─── DATA SUPPLIED

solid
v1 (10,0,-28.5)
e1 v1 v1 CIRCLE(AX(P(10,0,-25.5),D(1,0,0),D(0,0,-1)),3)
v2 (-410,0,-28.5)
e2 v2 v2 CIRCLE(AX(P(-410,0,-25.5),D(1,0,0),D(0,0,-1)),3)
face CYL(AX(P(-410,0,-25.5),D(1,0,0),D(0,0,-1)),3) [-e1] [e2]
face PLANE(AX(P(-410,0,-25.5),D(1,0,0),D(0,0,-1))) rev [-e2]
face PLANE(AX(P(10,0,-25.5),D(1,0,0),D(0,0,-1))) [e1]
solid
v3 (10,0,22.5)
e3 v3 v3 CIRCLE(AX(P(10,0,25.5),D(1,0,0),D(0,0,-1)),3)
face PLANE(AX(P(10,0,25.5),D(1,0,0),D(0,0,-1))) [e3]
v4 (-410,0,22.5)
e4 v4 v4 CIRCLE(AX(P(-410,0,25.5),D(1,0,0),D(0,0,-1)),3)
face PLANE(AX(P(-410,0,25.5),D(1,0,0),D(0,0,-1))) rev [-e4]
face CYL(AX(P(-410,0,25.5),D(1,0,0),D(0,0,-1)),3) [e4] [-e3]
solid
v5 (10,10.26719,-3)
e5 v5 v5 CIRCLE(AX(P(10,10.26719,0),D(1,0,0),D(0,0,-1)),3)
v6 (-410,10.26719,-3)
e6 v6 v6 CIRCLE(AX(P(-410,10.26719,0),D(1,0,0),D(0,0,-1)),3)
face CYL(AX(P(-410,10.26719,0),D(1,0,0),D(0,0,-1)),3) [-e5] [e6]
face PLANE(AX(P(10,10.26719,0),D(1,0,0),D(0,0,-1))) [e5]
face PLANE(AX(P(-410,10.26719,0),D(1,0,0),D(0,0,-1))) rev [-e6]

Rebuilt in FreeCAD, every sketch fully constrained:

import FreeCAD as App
import Part
import Sketcher
Q = App.Units.Quantity

doc = App.newDocument("Part")
body = doc.addObject("PartDesign::Body", "Body")

sketch1 = body.newObject("Sketcher::SketchObject", "Sketch")
sketch1.AttachmentSupport = (doc.getObject("YZ_Plane"), [""])
sketch1.MapMode = "FlatFace"
sketch1.AttachmentOffset = App.Placement(App.Vector(0, 0, 10), App.Rotation())
sketch1.addGeometry(Part.Circle(App.Vector(0, -25.5, 0), App.Vector(0, 0, 1), 3), False)
sketch1.addConstraint([
    Sketcher.Constraint("PointOnObject", 0, 3, -2),
    Sketcher.Constraint("Diameter", 0, Q("6 mm")),
    Sketcher.Constraint("DistanceY", 0, 3, -1, 1, Q("25.5 mm")),
])
pad1 = body.newObject("PartDesign::Pad", "Pad")
pad1.Profile = sketch1
pad1.Length = 420
pad1.Reversed = True
body2 = doc.addObject("PartDesign::Body", "Body001")

sketch2 = body2.newObject("Sketcher::SketchObject", "Sketch001")
sketch2.AttachmentSupport = (doc.getObject("YZ_Plane001"), [""])
sketch2.MapMode = "FlatFace"
sketch2.AttachmentOffset = App.Placement(App.Vector(0, 0, 10), App.Rotation())
sketch2.addGeometry(Part.Circle(App.Vector(10.26719, 0, 0), App.Vector(0, 0, 1), 3), False)
sketch2.addConstraint([
    Sketcher.Constraint("PointOnObject", 0, 3, -1),
    Sketcher.Constraint("Diameter", 0, Q("6 mm")),
    Sketcher.Constraint("DistanceX", -1, 1, 0, 3, Q("10.26719 mm")),
])
pad2 = body2.newObject("PartDesign::Pad", "Pad001")
pad2.Profile = sketch2
pad2.Length = 420
pad2.Reversed = True
body3 = doc.addObject("PartDesign::Body", "Body002")

sketch3 = body3.newObject("Sketcher::SketchObject", "Sketch002")
sketch3.AttachmentSupport = (doc.getObject("YZ_Plane002"), [""])
sketch3.MapMode = "FlatFace"
sketch3.AttachmentOffset = App.Placement(App.Vector(0, 0, 10), App.Rotation())
sketch3.addGeometry(Part.Circle(App.Vector(0, 25.5, 0), App.Vector(0, 0, 1), 3), False)
sketch3.addConstraint([
    Sketcher.Constraint("PointOnObject", 0, 3, -2),
    Sketcher.Constraint("Diameter", 0, Q("6 mm")),
    Sketcher.Constraint("DistanceY", -1, 1, 0, 3, Q("25.5 mm")),
])
pad3 = body3.newObject("PartDesign::Pad", "Pad002")
pad3.Profile = sketch3
pad3.Length = 420
pad3.Reversed = True

doc.recompute()
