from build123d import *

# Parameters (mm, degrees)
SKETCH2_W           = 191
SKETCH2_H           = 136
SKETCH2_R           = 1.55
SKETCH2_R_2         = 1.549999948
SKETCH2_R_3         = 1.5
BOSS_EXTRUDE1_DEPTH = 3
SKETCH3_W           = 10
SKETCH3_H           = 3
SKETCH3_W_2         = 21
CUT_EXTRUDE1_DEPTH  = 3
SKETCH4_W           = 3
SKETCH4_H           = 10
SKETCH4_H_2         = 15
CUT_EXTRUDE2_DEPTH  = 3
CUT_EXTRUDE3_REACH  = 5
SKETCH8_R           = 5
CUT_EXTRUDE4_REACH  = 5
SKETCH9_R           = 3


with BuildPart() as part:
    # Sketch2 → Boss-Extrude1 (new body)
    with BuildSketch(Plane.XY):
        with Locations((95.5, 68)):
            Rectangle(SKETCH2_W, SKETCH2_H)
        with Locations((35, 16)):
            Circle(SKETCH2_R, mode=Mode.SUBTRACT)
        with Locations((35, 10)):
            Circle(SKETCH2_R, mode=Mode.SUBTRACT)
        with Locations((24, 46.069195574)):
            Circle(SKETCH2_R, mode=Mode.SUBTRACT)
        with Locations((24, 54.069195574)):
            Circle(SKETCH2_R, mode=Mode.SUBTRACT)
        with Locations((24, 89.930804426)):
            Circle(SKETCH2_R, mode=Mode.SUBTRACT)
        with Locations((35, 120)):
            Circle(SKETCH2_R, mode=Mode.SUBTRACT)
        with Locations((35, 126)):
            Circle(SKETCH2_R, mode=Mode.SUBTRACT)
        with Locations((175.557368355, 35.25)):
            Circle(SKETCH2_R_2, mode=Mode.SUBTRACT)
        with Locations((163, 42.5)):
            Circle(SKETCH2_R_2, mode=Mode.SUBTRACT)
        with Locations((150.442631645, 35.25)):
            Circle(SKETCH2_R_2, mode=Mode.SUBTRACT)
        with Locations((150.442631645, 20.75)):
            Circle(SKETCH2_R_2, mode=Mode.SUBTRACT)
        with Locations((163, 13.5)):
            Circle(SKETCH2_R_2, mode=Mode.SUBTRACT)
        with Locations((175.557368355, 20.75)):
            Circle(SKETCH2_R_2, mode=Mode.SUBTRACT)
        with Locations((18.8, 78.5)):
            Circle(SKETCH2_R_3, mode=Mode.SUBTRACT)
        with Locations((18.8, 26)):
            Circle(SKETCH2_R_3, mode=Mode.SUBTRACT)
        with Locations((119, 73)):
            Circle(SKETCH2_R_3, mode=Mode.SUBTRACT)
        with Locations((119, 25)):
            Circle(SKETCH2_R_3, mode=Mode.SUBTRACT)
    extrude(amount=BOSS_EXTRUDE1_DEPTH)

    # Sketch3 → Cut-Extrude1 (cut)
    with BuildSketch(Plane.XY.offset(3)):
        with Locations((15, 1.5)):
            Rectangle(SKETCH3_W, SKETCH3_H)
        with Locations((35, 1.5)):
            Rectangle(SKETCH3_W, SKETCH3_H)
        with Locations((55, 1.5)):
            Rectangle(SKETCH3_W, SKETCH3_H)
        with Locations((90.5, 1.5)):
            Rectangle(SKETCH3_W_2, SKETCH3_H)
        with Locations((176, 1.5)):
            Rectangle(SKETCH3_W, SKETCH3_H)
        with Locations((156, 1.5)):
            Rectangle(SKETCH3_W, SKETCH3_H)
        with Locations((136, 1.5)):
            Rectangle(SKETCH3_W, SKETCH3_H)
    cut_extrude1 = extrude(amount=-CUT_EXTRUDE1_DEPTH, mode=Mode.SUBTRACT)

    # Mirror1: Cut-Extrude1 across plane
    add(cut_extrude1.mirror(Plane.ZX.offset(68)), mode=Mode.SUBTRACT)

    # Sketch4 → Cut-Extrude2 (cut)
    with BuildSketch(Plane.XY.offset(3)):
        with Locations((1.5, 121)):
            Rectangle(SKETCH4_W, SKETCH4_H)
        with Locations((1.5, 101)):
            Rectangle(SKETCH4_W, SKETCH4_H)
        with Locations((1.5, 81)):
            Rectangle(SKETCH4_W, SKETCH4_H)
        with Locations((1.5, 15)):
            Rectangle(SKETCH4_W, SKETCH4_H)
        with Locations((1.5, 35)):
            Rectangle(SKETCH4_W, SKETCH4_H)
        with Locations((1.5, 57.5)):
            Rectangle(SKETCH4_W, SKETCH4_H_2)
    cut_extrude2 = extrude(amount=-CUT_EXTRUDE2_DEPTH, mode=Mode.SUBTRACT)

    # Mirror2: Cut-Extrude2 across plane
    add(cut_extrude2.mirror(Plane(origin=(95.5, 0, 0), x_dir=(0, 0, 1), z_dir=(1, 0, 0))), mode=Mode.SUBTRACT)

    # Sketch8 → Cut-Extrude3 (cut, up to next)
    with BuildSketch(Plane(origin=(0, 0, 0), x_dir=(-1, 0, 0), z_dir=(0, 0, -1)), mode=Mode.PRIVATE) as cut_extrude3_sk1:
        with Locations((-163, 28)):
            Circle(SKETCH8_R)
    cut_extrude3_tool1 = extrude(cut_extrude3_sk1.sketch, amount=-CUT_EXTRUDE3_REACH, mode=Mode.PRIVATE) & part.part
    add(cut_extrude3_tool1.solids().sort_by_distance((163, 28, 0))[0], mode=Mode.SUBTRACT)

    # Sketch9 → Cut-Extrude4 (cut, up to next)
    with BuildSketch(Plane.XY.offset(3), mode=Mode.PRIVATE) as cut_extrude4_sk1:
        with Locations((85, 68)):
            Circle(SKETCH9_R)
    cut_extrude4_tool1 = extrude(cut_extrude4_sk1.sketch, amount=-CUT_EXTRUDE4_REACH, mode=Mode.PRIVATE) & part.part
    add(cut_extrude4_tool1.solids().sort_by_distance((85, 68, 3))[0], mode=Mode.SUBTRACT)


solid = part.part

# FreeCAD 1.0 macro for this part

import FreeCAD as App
import Part
import Sketcher
from FreeCAD import Vector


def add_polygon(sketch, points):
    """Adds a closed chain of lines whose ends are joined by coincident constraints."""
    first, n = sketch.GeometryCount, len(points)
    for a, b in zip(points, points[1:] + points[:1]):
        sketch.addGeometry(Part.LineSegment(App.Vector(*a, 0), App.Vector(*b, 0)), False)
    for i in range(n):
        sketch.addConstraint(Sketcher.Constraint("Coincident", first + i, 2, first + (i + 1) % n, 1))

doc = App.newDocument("Part")
body = doc.addObject("PartDesign::Body", "Body")

# Sketch on XY plane
sketch1 = body.newObject("Sketcher::SketchObject", "Sketch")
sketch1.AttachmentSupport = (doc.getObject("XY_Plane"), [""])
sketch1.MapMode = "FlatFace"
add_polygon(sketch1, [(0, 136), (0, 0), (191, 0), (191, 136)])  # lines 0-3
sketch1.addGeometry(Part.Circle(Vector(35, 10, 0), Vector(0, 0, 1), 1.55), False)  # 4
sketch1.addGeometry(Part.Circle(Vector(35, 16, 0), Vector(0, 0, 1), 1.55), False)  # 5
sketch1.addGeometry(Part.Circle(Vector(18.8, 26, 0), Vector(0, 0, 1), 1.5), False)  # 6
sketch1.addGeometry(Part.Circle(Vector(24, 46.069196, 0), Vector(0, 0, 1), 1.55), False)  # 7
sketch1.addGeometry(Part.Circle(Vector(24, 54.069196, 0), Vector(0, 0, 1), 1.55), False)  # 8
sketch1.addGeometry(Part.Circle(Vector(119, 25, 0), Vector(0, 0, 1), 1.5), False)  # 9
sketch1.addGeometry(Part.Circle(Vector(150.442632, 20.75, 0), Vector(0, 0, 1), 1.55), False)  # 10
sketch1.addGeometry(Part.Circle(Vector(163, 13.5, 0), Vector(0, 0, 1), 1.55), False)  # 11
sketch1.addGeometry(Part.Circle(Vector(175.557368, 20.75, 0), Vector(0, 0, 1), 1.55), False)  # 12
sketch1.addGeometry(Part.Circle(Vector(150.442632, 35.25, 0), Vector(0, 0, 1), 1.55), False)  # 13
sketch1.addGeometry(Part.Circle(Vector(175.557368, 35.25, 0), Vector(0, 0, 1), 1.55), False)  # 14
sketch1.addGeometry(Part.Circle(Vector(163, 42.5, 0), Vector(0, 0, 1), 1.55), False)  # 15
sketch1.addGeometry(Part.Circle(Vector(18.8, 78.5, 0), Vector(0, 0, 1), 1.5), False)  # 16
sketch1.addGeometry(Part.Circle(Vector(24, 89.930804, 0), Vector(0, 0, 1), 1.55), False)  # 17
sketch1.addGeometry(Part.Circle(Vector(35, 120, 0), Vector(0, 0, 1), 1.55), False)  # 18
sketch1.addGeometry(Part.Circle(Vector(35, 126, 0), Vector(0, 0, 1), 1.55), False)  # 19
sketch1.addGeometry(Part.Circle(Vector(119, 73, 0), Vector(0, 0, 1), 1.5), False)  # 20
sketch1.addConstraint([
    Sketcher.Constraint("Vertical", 0),
    Sketcher.Constraint("Horizontal", 1),
    Sketcher.Constraint("Vertical", 2),
    Sketcher.Constraint("Horizontal", 3),
    Sketcher.Constraint("Coincident", 0, 2, -1, 1),
    Sketcher.Constraint("Equal", 4, 5),
    Sketcher.Constraint("Equal", 5, 7),
    Sketcher.Constraint("Equal", 7, 8),
    Sketcher.Constraint("Equal", 6, 9),
    Sketcher.Constraint("Equal", 8, 10),
    Sketcher.Constraint("Equal", 10, 11),
    Sketcher.Constraint("Equal", 11, 12),
    Sketcher.Constraint("Equal", 12, 13),
    Sketcher.Constraint("Equal", 13, 14),
    Sketcher.Constraint("Equal", 14, 15),
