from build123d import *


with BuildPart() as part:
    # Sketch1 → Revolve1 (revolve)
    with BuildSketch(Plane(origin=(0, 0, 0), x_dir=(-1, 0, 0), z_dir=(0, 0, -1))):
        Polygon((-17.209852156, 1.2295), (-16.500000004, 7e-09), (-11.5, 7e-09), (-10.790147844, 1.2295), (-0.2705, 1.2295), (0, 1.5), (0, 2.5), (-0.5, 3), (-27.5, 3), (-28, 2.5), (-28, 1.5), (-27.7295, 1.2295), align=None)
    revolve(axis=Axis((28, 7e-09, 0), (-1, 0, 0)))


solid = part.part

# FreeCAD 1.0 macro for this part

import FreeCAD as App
import Part
import Sketcher

V = App.Vector
Q = App.Units.Quantity

doc = App.newDocument("Part")
body = doc.addObject("PartDesign::Body", "Body")

sketch1 = body.newObject("Sketcher::SketchObject", "Sketch")
sketch1.AttachmentSupport = (doc.getObject("XY_Plane"), [""])
sketch1.MapMode = "FlatFace"
sketch1.addGeometry([
    Part.LineSegment(V(17.209852, 1.2295, 0), V(16.5, 0, 0)),
    Part.LineSegment(V(16.5, 0, 0), V(11.5, 0, 0)),
    Part.LineSegment(V(11.5, 0, 0), V(10.790148, 1.2295, 0)),
    Part.LineSegment(V(10.790148, 1.2295, 0), V(0.2705, 1.2295, 0)),
    Part.LineSegment(V(0.2705, 1.2295, 0), V(0, 1.5, 0)),
    Part.LineSegment(V(0, 1.5, 0), V(0, 2.5, 0)),
    Part.LineSegment(V(0, 2.5, 0), V(0.5, 3, 0)),
    Part.LineSegment(V(0.5, 3, 0), V(27.5, 3, 0)),
    Part.LineSegment(V(27.5, 3, 0), V(28, 2.5, 0)),
    Part.LineSegment(V(28, 2.5, 0), V(28, 1.5, 0)),
    Part.LineSegment(V(28, 1.5, 0), V(27.7295, 1.2295, 0)),
    Part.LineSegment(V(27.7295, 1.2295, 0), V(17.209852, 1.2295, 0)),
], False)
sketch1.addConstraint([
    Sketcher.Constraint("Coincident", 0, 2, 1, 1),
    Sketcher.Constraint("Coincident", 1, 2, 2, 1),
    Sketcher.Constraint("Coincident", 2, 2, 3, 1),
    Sketcher.Constraint("Coincident", 3, 2, 4, 1),
    Sketcher.Constraint("Coincident", 4, 2, 5, 1),
    Sketcher.Constraint("Coincident", 5, 2, 6, 1),
    Sketcher.Constraint("Coincident", 6, 2, 7, 1),
    Sketcher.Constraint("Coincident", 7, 2, 8, 1),
    Sketcher.Constraint("Coincident", 8, 2, 9, 1),
    Sketcher.Constraint("Coincident", 9, 2, 10, 1),
    Sketcher.Constraint("Coincident", 10, 2, 11, 1),
    Sketcher.Constraint("Coincident", 11, 2, 0, 1),
    Sketcher.Constraint("Horizontal", 1),
    Sketcher.Constraint("Horizontal", 3),
    Sketcher.Constraint("Vertical", 5),
    Sketcher.Constraint("Horizontal", 7),
    Sketcher.Constraint("Vertical", 9),
    Sketcher.Constraint("Horizontal", 11),
    Sketcher.Constraint("PointOnObject", 0, 2, -1),
    Sketcher.Constraint("PointOnObject", 4, 2, -2),
    Sketcher.Constraint("Perpendicular", 4, 6),
    Sketcher.Constraint("Perpendicular", 6, 8),
    Sketcher.Constraint("Perpendicular", 8, 10),
    Sketcher.Constraint("Horizontal", 5, 2, 8, 2),
    Sketcher.Constraint("Horizontal", 4, 2, 9, 2),
    Sketcher.Constraint("Horizontal", 3, 2, 10, 2),
    Sketcher.Constraint("Equal", 3, 11),
    Sketcher.Constraint("Equal", 0, 2),
    Sketcher.Constraint("Equal", 6, 8),
    Sketcher.Constraint("DistanceX", 1, 2, 1, 1, 5.0),
    Sketcher.Constraint("DistanceX", 7, 1, 7, 2, 27.0),
    Sketcher.Constraint("DistanceY", 5, 1, 5, 2, 1.0),
    Sketcher.Constraint("Angle", 0, Q("-120 deg")),
    Sketcher.Constraint("DistanceY", -1, 1, 6, 2, 3.0),
    Sketcher.Constraint("DistanceX", -1, 1, 8, 2, 28.0),
    Sketcher.Constraint("DistanceY", -1, 1, 2, 2, 1.2295),
])
revolution = body.newObject("PartDesign::Revolution", "Revolution")
revolution.Profile = sketch1
revolution.ReferenceAxis = (sketch1, ["H_Axis"])
revolution.Angle = 360

doc.recompute()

──────

> [YOUR ASSIGNMENT]:
From the entries above, collect every line with the string "BuildSketch" in it.

> [THE ANSWER]:
    with BuildSketch(Plane.XY):
    with BuildSketch(Plane.XY.offset(3)):
    with BuildSketch(Plane.XY.offset(3)):
    with BuildSketch(Plane(origin=(0, 0, 0), x_dir=(-1, 0, 0), z_dir=(0, 0, -1)), mode=Mode.PRIVATE) as cut_extrude3_sk1:
    with BuildSketch(Plane.XY.offset(3), mode=Mode.PRIVATE) as cut_extrude4_sk1:
    with BuildSketch(Plane(origin=(0, 0, 0), x_dir=(-1, 0, 0), z_dir=(0, 0, -1))):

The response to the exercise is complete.